The optimized copper nanowires, owing to their high aspect ratio, vertical geometry and high conductivity are excellent candidates for field emission. To investigate the field emission characteristics, we performed Field emission experiments in a vacuum chamber with the pressure maintained at ~ 2 × 10−5 Torr. The experiments were carried out using parallel plate geometry. Plated Au was deployed as the anode and copper nanowires on copper tape were used as the cathode. The separation distance between the top of Cu nanowires and plated Au was maintained at ~ 300 µm as shown in schematic in Fig. 9a. A curve tracer was used for supplying the voltage between the cathode and the anode and also for recording the I–V measurements. As is evident from Fig. 9b these nanowires show extremely low turn-on electric field. This extremely low value of turn on can be attributed to the geometry of these nanowires with sharp edges and corners and high aspect ratio and dense packing leading to the increase in density of sites for field emission. COMSOL simulations were done to look into the electric field distributions in the vicinity of the copper nanowires oriented vertically. The results indicate significant enhancements in the local electric field at the edges and corners of these nanowires (Fig. 9d). To further investigate and analyze the field emission data, we use the Fowler–Nordheim (F–N) equation [57].

Fig. 9
figure 9

Field-emission from Cu nanowires. a Schematic of field emission with Cu nanowire. b J–E characteristics of Cu nanowires. c F–N plots obtained from the corresponding J–E curves. d 2D electrostatic field simulations of the Cu nanowires showing field enhancement at the tips

$$J=\frac{{A{\beta ^2}{E^2}}}{\phi }\exp \left( { - \frac{{B{\phi ^{\frac{3}{2}}}}}{{\beta E}}} \right)$$

where J is the current density, E is the electric field, ϕ is the work function, β is the electric field enhancement factor and A and B are constants (A = 1.56 × 10−6 eV, B = 6.83 × 103 V µm−1 eV−3/2). From the F–N curve (Fig. 9c) we estimate a very large field-enhancement factor of ~ 10,855 for the Cu nanowire, indicating their outstanding potential as efficient field-emitters for flat panel displays.

4 Conclusions

This paper presents investigations on the effect of pH on the deposition rate and structural composition of Cu nanowires synthesized in polycarbonate TEM by electrochemical method. The pH of the aqueous citrate bath was varied between 0.8 and 2.8 keeping all other deposition parameters constant. For pH 0.8–1.4, nanowires deposited show incomplete deposition in the pores of the membrane whereas an increase in the length of the nanowires was observed with increase in pH. Corresponding to pH 1.7, the nanowires are densely stacked, vertically aligned and possess an average diameter of 105 nm. Further, on increasing the pH value to 2.8 overdeposition in the form of caps was observed at the top of nanowires.
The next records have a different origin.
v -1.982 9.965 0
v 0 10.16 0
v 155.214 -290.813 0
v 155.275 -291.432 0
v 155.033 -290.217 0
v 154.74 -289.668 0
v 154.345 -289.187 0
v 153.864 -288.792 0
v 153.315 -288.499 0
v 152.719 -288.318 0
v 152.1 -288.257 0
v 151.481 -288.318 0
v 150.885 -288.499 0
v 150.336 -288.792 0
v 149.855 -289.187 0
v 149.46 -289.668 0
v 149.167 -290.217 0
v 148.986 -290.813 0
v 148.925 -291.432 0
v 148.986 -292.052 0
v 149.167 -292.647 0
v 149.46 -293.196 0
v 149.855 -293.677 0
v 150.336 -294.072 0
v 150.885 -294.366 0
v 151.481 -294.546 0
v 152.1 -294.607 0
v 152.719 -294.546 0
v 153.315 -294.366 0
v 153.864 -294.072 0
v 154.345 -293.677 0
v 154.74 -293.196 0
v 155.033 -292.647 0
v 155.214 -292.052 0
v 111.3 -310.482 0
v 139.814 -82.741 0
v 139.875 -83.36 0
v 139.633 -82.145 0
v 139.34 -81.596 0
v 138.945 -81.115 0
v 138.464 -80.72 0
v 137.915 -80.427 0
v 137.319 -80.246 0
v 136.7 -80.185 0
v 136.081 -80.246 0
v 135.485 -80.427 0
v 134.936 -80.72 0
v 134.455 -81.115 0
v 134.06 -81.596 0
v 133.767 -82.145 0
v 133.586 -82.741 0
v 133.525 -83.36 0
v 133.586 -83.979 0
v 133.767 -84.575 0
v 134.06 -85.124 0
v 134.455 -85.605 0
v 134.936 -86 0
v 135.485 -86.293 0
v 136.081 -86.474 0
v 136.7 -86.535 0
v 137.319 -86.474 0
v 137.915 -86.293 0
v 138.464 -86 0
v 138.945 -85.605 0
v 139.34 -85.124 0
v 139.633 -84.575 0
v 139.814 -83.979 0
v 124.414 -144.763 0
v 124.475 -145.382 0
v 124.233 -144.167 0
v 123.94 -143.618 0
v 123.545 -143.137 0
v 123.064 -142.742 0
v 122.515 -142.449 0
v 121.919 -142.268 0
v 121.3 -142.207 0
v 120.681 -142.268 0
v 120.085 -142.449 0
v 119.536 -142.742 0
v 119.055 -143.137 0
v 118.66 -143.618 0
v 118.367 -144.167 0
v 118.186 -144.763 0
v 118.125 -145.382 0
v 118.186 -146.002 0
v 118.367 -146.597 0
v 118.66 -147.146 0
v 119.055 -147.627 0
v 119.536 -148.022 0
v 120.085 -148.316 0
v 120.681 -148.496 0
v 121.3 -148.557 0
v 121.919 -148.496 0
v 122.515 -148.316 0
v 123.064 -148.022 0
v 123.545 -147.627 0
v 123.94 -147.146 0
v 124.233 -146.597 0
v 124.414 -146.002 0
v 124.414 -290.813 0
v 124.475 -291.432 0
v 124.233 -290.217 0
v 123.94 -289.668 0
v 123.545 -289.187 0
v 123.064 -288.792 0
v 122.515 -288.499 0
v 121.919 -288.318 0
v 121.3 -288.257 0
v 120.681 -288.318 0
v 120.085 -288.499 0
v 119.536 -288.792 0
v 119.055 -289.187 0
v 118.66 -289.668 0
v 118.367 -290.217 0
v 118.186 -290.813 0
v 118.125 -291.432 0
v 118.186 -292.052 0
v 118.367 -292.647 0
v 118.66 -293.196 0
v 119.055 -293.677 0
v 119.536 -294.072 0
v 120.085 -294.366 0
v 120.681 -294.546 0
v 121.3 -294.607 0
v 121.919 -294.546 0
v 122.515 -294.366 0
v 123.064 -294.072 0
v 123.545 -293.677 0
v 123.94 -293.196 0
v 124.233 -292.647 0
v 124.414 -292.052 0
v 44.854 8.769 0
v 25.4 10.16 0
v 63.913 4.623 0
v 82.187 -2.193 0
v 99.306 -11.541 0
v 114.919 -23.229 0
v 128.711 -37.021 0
From the EDS spectrum of nanowires synthesized at pH 1.7 the wt.% of copper was found to be 97.9% along with a very little oxygen percentage of around 2.02%. XRD spectra confirmed the face centered cubic crystal system for nanowires synthesized at all pH values. The parameters like crystallite size, strain, lattice stress and energy density were calculated for nanowires obtained at pH 1.7. The analysis was done on the basis of Bragg peak broadening of each diffraction peak. The average value of diameter for nanowires obtained at pH 1.7 was found to be ~ 105 nm using SEM analysis. The crystallite size is found to be ca. 38 nm as calculated from W–H (UDEDM) method. I–V characteristic studies have suggested that nanowires obtained at pH 1.7 showed ohmic behavior whereas that obtained at pH 2.8 represented non- linear IVC due to the formation of copper oxide at pH 2.8. We estimate a very large field-enhancement factor of ~ 10,855 for the Cu nanowire at pH 1.7, indicating their outstanding potential as efficient field-emitters for flat panel displays. This research optimizes the parameters viz. electrolytic composition, pH value, temperature etc. for given TEM pore size to get the best yields for the quality of nanowires. The large field-enhancement factor makes them a potential candidate for their application as field emitters, transparent contacts and interconnects in nanoscale devices.